** REQUIRED ACTION **
Starting at the line with "f 904 155 158" in it, reproduce each line below through the last one, exactly, and include nothing else.

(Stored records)
------------------------------------------------------------------------
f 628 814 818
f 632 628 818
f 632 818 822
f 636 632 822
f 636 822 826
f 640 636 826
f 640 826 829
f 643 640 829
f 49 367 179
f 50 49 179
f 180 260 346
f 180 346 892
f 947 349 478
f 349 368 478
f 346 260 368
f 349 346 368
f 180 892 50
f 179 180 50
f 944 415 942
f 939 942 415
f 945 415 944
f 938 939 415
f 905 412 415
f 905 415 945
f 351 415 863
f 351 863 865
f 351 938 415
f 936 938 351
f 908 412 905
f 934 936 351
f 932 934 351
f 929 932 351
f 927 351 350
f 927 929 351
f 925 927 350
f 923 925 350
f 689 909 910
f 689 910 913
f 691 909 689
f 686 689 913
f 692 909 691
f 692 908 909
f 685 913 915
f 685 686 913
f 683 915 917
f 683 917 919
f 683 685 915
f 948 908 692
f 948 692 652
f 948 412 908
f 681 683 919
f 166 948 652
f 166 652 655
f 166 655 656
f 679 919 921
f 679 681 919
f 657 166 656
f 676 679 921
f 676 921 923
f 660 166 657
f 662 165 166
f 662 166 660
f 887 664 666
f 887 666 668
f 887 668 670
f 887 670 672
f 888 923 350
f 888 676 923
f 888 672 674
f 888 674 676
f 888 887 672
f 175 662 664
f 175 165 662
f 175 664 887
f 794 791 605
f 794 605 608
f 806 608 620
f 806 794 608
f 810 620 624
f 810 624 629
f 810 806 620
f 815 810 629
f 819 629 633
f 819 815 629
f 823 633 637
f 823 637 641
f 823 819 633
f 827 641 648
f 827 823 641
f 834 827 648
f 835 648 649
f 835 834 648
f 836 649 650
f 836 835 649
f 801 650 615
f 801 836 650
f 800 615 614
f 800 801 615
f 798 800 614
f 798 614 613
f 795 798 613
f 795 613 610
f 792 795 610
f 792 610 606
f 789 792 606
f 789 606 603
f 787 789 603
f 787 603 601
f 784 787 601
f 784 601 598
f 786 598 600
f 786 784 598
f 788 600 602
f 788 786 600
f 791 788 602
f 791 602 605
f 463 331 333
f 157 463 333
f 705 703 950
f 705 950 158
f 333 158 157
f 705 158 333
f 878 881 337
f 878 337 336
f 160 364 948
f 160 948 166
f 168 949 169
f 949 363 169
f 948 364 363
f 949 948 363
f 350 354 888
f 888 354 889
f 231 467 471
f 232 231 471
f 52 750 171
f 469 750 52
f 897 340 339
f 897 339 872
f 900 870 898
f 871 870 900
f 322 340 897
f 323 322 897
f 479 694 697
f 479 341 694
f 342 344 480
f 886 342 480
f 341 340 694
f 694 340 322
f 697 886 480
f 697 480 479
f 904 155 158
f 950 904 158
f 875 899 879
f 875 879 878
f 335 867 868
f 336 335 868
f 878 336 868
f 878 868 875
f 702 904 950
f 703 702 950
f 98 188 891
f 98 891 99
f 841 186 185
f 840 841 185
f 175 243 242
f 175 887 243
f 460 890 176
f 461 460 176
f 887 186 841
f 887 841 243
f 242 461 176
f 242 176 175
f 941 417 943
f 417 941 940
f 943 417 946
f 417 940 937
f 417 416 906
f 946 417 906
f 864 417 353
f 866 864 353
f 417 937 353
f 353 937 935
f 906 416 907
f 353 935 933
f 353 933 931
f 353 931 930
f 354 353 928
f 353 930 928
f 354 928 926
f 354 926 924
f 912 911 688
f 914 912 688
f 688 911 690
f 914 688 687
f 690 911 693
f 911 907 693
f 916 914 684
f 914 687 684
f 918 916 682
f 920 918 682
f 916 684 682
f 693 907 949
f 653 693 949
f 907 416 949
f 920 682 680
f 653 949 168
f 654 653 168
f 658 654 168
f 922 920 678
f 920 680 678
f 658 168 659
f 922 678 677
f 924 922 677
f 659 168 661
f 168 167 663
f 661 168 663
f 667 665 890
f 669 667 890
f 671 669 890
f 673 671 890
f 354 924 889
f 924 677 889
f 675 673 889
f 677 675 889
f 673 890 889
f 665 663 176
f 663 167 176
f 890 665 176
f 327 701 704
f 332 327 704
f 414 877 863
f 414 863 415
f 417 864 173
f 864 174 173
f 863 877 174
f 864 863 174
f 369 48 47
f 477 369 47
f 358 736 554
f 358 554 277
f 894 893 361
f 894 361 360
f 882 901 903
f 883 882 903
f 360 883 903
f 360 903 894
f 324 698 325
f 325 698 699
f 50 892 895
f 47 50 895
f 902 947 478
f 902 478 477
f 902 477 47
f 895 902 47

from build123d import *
------------------------------------------------------------------------
** OUTPUT **
f 904 155 158
f 950 904 158
f 875 899 879
f 875 879 878
f 335 867 868
f 336 335 868
f 878 336 868
f 878 868 875
f 702 904 950
f 703 702 950
f 98 188 891
f 98 891 99
f 841 186 185
f 840 841 185
f 175 243 242
f 175 887 243
f 460 890 176
f 461 460 176
f 887 186 841
f 887 841 243
f 242 461 176
f 242 176 175
f 941 417 943
f 417 941 940
f 943 417 946
f 417 940 937
f 417 416 906
f 946 417 906
f 864 417 353
f 866 864 353
f 417 937 353
f 353 937 935
f 906 416 907
f 353 935 933
f 353 933 931
f 353 931 930
f 354 353 928
f 353 930 928
f 354 928 926
f 354 926 924
f 912 911 688
f 914 912 688
f 688 911 690
f 914 688 687
f 690 911 693
f 911 907 693
f 916 914 684
f 914 687 684
f 918 916 682
f 920 918 682
f 916 684 682
f 693 907 949
f 653 693 949
f 907 416 949
f 920 682 680
f 653 949 168
f 654 653 168
f 658 654 168
f 922 920 678
f 920 680 678
f 658 168 659
f 922 678 677
f 924 922 677
f 659 168 661
f 168 167 663
f 661 168 663
f 667 665 890
f 669 667 890
f 671 669 890
f 673 671 890
f 354 924 889
f 924 677 889
f 675 673 889
f 677 675 889
f 673 890 889
f 665 663 176
f 663 167 176
f 890 665 176
f 327 701 704
f 332 327 704
f 414 877 863
f 414 863 415
f 417 864 173
f 864 174 173
f 863 877 174
f 864 863 174
f 369 48 47
f 477 369 47
f 358 736 554
f 358 554 277
f 894 893 361
f 894 361 360
f 882 901 903
f 883 882 903
f 360 883 903
f 360 903 894
f 324 698 325
f 325 698 699
f 50 892 895
f 47 50 895
f 902 947 478
f 902 478 477
f 902 477 47
f 895 902 47

from build123d import *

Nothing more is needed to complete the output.